*** Opening of Stored data ***
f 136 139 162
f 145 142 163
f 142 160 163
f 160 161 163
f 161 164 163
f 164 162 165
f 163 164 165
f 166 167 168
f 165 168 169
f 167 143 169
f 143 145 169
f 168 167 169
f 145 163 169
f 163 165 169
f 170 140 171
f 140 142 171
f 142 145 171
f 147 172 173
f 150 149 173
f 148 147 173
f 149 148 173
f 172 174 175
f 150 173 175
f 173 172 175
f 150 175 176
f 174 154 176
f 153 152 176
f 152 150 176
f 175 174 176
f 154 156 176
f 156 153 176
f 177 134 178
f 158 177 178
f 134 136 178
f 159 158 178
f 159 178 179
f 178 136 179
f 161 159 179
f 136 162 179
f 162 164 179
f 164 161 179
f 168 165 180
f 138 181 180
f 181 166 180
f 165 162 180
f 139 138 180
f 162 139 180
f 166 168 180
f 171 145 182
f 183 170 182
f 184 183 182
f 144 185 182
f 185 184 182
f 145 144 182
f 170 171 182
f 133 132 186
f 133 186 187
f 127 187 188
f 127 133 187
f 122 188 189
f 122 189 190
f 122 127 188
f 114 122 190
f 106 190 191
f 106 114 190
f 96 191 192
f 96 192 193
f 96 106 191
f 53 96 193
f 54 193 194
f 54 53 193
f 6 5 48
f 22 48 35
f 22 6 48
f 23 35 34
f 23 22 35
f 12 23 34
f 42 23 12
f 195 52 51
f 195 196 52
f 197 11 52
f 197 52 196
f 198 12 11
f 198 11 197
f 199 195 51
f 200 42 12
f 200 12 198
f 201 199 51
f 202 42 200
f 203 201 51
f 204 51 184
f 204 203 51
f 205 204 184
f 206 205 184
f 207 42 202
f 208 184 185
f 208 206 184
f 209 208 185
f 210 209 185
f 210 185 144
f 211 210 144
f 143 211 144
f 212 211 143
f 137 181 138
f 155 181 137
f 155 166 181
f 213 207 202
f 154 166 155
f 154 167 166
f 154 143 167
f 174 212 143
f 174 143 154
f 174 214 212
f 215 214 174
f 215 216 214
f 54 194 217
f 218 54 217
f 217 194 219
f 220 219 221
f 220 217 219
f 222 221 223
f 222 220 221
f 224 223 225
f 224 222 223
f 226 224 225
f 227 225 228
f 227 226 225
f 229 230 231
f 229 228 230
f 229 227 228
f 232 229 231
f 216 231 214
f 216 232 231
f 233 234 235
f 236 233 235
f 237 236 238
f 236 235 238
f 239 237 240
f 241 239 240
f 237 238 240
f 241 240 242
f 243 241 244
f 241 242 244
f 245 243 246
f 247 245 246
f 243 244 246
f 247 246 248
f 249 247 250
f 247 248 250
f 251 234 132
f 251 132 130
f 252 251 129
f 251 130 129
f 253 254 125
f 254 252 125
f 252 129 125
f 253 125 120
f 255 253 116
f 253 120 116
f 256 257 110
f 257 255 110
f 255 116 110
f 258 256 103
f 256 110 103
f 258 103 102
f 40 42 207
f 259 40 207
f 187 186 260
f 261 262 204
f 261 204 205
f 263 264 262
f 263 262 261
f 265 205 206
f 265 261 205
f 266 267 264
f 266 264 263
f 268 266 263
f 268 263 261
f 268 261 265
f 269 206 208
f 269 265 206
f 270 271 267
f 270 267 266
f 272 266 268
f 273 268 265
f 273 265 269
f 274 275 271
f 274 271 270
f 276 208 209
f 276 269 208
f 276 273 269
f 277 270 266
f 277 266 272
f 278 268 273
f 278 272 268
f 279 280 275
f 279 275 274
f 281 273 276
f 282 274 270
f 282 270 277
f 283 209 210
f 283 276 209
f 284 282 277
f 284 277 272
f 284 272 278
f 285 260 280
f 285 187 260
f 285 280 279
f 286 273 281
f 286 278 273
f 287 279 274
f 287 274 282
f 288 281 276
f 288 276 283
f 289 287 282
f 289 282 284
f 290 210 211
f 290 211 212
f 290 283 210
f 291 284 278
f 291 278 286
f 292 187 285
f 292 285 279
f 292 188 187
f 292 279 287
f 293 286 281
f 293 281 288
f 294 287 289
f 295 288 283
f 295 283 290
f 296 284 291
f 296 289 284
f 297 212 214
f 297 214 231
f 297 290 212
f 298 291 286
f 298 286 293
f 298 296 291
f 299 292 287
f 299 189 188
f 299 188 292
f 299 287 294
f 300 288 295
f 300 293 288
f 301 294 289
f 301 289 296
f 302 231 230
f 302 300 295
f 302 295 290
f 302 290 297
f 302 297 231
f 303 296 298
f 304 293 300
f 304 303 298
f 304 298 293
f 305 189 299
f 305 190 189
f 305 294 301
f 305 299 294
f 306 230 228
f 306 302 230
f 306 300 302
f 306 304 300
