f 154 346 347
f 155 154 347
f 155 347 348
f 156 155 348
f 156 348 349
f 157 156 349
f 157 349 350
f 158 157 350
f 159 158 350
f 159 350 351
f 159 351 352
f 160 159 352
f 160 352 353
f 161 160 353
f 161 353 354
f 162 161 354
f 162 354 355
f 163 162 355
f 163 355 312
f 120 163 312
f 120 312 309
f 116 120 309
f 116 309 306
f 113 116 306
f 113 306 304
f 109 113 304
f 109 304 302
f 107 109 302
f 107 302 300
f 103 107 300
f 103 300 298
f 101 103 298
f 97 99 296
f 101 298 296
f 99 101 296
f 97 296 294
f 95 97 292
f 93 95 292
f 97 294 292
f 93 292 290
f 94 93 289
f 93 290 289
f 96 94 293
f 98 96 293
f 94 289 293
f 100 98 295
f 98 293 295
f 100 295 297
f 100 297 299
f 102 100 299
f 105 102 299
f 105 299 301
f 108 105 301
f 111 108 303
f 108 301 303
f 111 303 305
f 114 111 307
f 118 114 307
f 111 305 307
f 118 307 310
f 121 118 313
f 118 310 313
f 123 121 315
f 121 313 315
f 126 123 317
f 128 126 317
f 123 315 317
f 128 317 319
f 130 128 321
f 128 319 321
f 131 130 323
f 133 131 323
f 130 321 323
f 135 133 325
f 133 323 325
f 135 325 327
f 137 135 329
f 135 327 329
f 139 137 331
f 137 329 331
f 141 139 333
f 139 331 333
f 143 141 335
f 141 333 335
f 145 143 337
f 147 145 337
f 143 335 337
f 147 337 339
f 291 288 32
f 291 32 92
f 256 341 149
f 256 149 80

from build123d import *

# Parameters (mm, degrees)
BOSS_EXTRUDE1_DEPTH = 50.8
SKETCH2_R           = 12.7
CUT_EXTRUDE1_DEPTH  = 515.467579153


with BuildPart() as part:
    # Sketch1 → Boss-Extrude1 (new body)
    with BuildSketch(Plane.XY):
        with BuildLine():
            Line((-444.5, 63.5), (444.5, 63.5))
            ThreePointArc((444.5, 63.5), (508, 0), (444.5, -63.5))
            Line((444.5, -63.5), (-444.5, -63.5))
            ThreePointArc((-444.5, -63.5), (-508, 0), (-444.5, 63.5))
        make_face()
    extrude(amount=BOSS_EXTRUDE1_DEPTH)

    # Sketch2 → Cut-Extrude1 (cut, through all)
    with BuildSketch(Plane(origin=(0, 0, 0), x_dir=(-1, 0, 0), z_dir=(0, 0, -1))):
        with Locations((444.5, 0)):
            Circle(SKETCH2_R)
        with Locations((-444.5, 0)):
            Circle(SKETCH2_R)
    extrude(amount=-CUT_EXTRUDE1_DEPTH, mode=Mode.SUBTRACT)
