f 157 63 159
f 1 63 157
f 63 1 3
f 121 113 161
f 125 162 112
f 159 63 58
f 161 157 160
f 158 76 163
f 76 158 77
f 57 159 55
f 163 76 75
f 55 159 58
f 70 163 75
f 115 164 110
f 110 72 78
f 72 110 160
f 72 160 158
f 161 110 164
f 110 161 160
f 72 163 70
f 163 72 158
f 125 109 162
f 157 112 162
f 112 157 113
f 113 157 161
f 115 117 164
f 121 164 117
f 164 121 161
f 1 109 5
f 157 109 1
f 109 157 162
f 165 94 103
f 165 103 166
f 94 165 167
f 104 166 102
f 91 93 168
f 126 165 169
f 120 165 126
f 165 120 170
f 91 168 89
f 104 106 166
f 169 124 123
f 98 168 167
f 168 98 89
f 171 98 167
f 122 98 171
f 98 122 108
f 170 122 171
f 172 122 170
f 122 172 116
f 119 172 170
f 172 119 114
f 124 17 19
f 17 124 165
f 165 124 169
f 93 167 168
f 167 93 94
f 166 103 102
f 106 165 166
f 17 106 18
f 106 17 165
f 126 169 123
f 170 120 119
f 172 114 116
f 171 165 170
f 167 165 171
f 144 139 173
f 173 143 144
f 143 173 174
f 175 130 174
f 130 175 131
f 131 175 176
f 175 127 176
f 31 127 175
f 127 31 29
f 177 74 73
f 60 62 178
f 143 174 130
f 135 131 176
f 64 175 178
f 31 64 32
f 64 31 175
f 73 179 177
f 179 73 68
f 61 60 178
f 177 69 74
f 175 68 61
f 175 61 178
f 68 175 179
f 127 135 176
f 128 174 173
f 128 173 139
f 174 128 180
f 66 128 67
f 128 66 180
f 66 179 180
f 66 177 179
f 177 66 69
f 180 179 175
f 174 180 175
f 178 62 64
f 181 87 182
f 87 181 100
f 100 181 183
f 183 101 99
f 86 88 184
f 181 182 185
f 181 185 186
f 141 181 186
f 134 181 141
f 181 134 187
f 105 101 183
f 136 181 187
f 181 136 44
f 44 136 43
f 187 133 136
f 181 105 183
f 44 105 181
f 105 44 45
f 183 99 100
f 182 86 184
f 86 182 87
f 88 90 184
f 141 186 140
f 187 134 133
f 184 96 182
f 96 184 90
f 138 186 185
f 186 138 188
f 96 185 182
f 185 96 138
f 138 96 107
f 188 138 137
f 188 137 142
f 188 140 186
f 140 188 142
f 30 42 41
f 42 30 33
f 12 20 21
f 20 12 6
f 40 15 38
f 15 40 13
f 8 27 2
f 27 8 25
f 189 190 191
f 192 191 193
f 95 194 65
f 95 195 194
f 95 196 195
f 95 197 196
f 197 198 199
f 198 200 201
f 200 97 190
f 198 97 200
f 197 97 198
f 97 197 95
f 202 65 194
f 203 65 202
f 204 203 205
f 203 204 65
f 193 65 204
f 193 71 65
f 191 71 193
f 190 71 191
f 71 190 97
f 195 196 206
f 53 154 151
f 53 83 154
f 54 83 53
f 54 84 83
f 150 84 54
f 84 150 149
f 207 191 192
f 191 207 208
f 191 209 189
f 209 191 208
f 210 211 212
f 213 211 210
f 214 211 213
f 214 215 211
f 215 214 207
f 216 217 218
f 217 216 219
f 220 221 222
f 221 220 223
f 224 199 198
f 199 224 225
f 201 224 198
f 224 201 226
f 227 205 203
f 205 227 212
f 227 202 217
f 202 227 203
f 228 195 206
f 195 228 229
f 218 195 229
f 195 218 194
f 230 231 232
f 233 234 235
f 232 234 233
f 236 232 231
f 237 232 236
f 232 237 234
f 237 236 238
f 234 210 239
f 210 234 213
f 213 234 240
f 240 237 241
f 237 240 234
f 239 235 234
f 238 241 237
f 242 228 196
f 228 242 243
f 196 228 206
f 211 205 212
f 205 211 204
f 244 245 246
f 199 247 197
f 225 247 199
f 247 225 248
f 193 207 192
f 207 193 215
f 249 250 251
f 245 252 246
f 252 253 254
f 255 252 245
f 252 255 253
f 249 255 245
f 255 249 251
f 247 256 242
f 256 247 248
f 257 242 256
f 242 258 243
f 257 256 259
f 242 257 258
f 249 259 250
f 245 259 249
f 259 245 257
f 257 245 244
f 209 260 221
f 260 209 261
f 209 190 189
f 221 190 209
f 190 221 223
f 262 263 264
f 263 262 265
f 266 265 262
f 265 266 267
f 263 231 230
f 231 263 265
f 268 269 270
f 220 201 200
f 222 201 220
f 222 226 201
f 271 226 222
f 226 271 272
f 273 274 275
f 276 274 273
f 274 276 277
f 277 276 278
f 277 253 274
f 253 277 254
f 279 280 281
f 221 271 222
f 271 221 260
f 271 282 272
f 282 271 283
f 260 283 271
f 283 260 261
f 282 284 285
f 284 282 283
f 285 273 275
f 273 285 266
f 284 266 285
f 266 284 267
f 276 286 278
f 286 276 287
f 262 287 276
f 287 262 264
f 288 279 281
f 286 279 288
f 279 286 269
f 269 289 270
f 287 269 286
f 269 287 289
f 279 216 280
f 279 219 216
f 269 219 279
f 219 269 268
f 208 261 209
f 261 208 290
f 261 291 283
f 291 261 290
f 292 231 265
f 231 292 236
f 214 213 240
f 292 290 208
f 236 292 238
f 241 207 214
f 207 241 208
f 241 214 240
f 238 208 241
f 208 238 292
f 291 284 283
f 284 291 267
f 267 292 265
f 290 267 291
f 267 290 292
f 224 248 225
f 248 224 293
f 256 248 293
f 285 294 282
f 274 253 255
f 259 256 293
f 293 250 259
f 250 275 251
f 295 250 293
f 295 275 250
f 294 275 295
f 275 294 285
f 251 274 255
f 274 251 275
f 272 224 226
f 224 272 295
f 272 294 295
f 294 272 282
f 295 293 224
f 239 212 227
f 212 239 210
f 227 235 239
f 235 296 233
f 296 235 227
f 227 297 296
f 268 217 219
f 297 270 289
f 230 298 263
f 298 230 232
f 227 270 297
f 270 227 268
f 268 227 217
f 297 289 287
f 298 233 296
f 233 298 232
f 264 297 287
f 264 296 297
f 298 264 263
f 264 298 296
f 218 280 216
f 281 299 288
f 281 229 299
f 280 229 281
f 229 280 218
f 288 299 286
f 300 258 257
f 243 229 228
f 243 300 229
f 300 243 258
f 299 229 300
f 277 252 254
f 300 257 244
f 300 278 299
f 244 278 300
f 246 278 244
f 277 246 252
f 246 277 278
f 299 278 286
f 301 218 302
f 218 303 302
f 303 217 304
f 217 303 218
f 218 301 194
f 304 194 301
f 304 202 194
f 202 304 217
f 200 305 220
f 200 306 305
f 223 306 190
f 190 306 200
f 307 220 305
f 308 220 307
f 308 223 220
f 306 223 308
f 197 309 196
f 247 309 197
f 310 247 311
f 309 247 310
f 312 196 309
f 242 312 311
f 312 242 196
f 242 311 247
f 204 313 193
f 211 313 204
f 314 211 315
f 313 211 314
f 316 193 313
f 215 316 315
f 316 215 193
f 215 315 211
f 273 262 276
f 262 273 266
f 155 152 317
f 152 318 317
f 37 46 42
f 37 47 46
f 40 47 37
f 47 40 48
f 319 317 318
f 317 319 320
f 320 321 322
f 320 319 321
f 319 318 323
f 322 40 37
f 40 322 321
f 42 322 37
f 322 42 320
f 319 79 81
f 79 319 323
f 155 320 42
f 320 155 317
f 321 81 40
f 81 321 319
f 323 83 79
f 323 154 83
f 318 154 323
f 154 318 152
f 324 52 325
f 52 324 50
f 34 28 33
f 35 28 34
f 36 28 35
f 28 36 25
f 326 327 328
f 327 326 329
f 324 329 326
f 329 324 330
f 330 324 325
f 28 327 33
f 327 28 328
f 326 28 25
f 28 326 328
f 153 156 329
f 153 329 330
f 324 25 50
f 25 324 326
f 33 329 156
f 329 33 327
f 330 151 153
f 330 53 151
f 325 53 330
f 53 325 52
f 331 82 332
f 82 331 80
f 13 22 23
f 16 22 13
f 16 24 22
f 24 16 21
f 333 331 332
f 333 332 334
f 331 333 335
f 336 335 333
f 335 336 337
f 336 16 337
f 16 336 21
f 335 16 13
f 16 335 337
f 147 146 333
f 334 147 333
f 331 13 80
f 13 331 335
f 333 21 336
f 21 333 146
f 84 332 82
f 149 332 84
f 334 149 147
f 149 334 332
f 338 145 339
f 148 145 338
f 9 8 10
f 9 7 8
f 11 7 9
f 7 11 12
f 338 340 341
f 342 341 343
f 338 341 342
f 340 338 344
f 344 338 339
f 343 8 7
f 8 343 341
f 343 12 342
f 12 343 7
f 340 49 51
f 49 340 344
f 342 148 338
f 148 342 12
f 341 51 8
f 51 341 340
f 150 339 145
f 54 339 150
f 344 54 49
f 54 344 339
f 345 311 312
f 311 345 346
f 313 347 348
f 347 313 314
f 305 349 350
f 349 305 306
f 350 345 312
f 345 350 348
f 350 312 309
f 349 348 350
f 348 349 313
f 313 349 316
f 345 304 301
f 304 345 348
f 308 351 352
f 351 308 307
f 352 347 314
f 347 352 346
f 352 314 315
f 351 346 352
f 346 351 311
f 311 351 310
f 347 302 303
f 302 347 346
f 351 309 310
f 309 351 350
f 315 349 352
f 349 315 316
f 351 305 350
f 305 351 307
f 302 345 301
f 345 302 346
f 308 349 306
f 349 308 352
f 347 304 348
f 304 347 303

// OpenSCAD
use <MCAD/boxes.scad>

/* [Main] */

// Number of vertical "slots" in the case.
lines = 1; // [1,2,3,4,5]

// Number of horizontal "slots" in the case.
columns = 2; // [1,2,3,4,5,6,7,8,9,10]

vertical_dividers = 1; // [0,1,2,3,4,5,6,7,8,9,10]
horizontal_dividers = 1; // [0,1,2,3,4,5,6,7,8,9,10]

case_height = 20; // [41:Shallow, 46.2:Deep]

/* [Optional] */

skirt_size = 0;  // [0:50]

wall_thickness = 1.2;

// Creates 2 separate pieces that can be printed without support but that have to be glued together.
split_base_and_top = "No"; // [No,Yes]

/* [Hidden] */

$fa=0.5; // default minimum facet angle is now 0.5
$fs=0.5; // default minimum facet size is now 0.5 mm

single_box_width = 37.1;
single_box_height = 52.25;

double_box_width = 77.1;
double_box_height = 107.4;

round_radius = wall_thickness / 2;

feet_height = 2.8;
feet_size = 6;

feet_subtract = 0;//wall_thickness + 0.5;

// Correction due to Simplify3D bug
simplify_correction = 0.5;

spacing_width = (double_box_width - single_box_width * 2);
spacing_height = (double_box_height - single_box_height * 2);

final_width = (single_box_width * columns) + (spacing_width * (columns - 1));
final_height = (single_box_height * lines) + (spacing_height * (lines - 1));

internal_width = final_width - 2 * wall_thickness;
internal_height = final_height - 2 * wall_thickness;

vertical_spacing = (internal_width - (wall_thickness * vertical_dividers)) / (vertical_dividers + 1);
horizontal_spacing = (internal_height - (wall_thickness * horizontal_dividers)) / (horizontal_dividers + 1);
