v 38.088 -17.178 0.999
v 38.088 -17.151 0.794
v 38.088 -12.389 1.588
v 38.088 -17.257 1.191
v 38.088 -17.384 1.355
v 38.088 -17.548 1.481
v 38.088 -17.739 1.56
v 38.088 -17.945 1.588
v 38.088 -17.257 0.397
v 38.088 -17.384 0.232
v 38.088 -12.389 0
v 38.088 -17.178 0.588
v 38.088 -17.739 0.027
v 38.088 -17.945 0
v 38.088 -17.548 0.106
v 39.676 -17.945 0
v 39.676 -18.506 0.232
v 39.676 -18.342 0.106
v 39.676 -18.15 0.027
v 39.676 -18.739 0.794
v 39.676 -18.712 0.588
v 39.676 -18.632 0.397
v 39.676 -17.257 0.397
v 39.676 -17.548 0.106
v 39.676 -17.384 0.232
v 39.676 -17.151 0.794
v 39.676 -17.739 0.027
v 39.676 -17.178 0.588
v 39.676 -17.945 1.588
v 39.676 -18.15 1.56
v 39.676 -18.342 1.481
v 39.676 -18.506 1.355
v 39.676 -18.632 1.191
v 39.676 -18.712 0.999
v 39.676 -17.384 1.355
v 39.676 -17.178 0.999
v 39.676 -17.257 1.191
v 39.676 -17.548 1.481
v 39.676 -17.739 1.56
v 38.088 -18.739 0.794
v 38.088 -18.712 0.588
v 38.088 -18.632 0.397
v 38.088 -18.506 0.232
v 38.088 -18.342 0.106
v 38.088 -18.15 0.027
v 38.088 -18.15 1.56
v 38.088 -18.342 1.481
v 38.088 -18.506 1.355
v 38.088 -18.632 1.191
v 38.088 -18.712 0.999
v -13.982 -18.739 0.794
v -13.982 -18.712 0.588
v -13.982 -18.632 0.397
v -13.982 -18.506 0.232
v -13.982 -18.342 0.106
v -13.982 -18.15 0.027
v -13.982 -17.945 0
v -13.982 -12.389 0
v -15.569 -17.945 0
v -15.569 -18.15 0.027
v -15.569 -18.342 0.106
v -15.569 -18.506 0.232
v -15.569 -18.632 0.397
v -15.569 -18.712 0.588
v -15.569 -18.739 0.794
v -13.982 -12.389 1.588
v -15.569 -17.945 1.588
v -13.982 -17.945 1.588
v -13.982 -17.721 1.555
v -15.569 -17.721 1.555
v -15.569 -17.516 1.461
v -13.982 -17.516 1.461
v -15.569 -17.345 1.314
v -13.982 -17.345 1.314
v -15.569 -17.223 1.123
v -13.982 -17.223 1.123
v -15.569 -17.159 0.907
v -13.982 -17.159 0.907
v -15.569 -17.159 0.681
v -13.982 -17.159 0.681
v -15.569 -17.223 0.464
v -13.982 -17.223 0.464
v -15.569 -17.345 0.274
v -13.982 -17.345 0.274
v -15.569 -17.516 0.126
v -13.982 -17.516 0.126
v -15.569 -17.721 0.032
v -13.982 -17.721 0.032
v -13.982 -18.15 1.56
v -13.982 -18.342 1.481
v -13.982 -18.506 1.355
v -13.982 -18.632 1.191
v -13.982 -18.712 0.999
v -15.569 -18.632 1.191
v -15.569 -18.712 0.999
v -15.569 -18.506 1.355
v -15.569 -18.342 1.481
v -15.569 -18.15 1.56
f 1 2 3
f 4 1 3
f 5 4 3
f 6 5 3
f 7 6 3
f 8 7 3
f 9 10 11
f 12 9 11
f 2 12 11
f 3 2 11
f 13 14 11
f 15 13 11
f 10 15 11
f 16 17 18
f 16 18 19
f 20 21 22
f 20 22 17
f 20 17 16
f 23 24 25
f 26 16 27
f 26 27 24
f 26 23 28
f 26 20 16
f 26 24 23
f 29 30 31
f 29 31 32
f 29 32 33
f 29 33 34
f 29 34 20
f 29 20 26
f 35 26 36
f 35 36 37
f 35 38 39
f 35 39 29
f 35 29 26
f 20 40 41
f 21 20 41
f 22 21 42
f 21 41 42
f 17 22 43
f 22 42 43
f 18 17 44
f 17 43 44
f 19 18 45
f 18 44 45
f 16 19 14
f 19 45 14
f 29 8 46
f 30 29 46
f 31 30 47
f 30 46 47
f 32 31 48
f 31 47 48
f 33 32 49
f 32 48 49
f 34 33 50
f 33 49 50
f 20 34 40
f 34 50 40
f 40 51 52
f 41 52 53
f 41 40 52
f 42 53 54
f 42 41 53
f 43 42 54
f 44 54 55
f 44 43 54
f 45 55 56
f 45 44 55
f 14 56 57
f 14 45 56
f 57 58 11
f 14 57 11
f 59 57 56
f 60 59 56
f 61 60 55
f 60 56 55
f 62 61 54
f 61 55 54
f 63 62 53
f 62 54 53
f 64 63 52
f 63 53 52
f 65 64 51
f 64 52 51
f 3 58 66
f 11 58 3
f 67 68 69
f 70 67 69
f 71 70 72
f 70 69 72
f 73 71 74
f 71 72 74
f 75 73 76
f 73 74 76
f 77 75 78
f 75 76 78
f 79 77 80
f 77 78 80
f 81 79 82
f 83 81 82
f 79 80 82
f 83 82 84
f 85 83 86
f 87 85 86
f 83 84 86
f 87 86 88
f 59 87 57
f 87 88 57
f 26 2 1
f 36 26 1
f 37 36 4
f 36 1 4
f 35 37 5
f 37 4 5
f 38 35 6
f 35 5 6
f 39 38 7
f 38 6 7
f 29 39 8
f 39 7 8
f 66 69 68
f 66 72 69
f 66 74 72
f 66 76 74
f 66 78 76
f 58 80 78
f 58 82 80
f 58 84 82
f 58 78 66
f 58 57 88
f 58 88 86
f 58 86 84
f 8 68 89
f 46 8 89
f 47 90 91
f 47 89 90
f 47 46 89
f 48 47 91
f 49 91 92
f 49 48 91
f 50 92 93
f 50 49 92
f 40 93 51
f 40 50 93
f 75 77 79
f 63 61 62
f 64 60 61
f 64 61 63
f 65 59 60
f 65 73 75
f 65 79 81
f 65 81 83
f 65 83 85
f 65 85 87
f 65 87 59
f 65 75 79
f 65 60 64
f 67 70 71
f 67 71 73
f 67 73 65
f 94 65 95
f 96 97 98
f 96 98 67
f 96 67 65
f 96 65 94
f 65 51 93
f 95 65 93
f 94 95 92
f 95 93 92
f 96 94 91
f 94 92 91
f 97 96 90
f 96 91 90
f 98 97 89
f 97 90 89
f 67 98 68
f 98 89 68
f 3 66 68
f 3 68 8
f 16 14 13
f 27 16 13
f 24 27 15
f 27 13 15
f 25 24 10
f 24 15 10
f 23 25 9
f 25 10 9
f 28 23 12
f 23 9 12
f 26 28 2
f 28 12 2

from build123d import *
from build123d import SkipClean  # not in build123d's __all__

# Parameters (mm, degrees)
F0_W     = 52.07
F0_H     = 6.35
F1_DEPTH = 1.5875
F3_DEPTH = 1.5875
F5_DEPTH = 1.5875
F6_DEPTH = 52.07


with BuildPart() as f1:
    # F0 (on Top) → F1 (new body)
    with BuildSketch(Plane.XY):
        with Locations((12.0531544089, -15.5635510429)):
            Rectangle(F0_W, F0_H)
    extrude(amount=F1_DEPTH)

    # F2 (on face) → F3 (join)
    with BuildSketch(Plane(origin=(-13.9818455911, 0, 0), x_dir=(0, -1, 0), z_dir=(-1, 0, 0))):
        with BuildLine():
            ThreePointArc((17.9448010429, 0), (18.5060670505, 0.2324839924), (18.7385510429, 0.79375))
            ThreePointArc((18.7385510429, 0.79375), (18.5060670505, 1.3550160076), (17.9448010429, 1.5875))
            ThreePointArc((17.9448010429, 1.5875), (17.1510510429, 0.79375), (17.9448010429, 0))
        make_face()
    extrude(amount=F3_DEPTH)

    # F4 (on face) → F5 (join)
    with BuildSketch(Plane.YZ.offset(38.0881544089)):
        with BuildLine():
            ThreePointArc((-17.9448010429, 0), (-17.3835350353, 0.2324839924), (-17.1510510429, 0.79375))
            ThreePointArc((-17.1510510429, 0.79375), (-17.3835350353, 1.3550160076), (-17.9448010429, 1.5875))
            ThreePointArc((-17.9448010429, 1.5875), (-18.5060670505, 1.3550160076), (-18.7385510429, 0.79375))
            ThreePointArc((-18.7385510429, 0.79375), (-18.5060670505, 0.2324839924), (-17.9448010429, 0))
        make_face()
    extrude(amount=F5_DEPTH)

    # F6 (cut): faces of the model
    f6_faces = [f1.faces().sort_by_distance(p)[0] for p in [
        (38.0881544089, -18.5612527414, 1.4102016985),
        (38.0881544089, -18.5612527414, 0.1772983015),
    ]]
    with SkipClean():  # cleaning this boolean's faces spoils the solid; the shape is the same uncleaned
        extrude(f6_faces, amount=-F6_DEPTH, mode=Mode.SUBTRACT)


solid = f1.part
*** Close of Stored data ***
Work to be completed | Above are the entries. Quote exactly the lines from the one bearing "f 154 156 176" through the one bearing "f 166 168 180".

Response area |
f 154 156 176
f 156 153 176
f 177 134 178
f 158 177 178
f 134 136 178
f 159 158 178
f 159 178 179
f 178 136 179
f 161 159 179
f 136 162 179
f 162 164 179
f 164 161 179
f 168 165 180
f 138 181 180
f 181 166 180
f 165 162 180
f 139 138 180
f 162 139 180
f 166 168 180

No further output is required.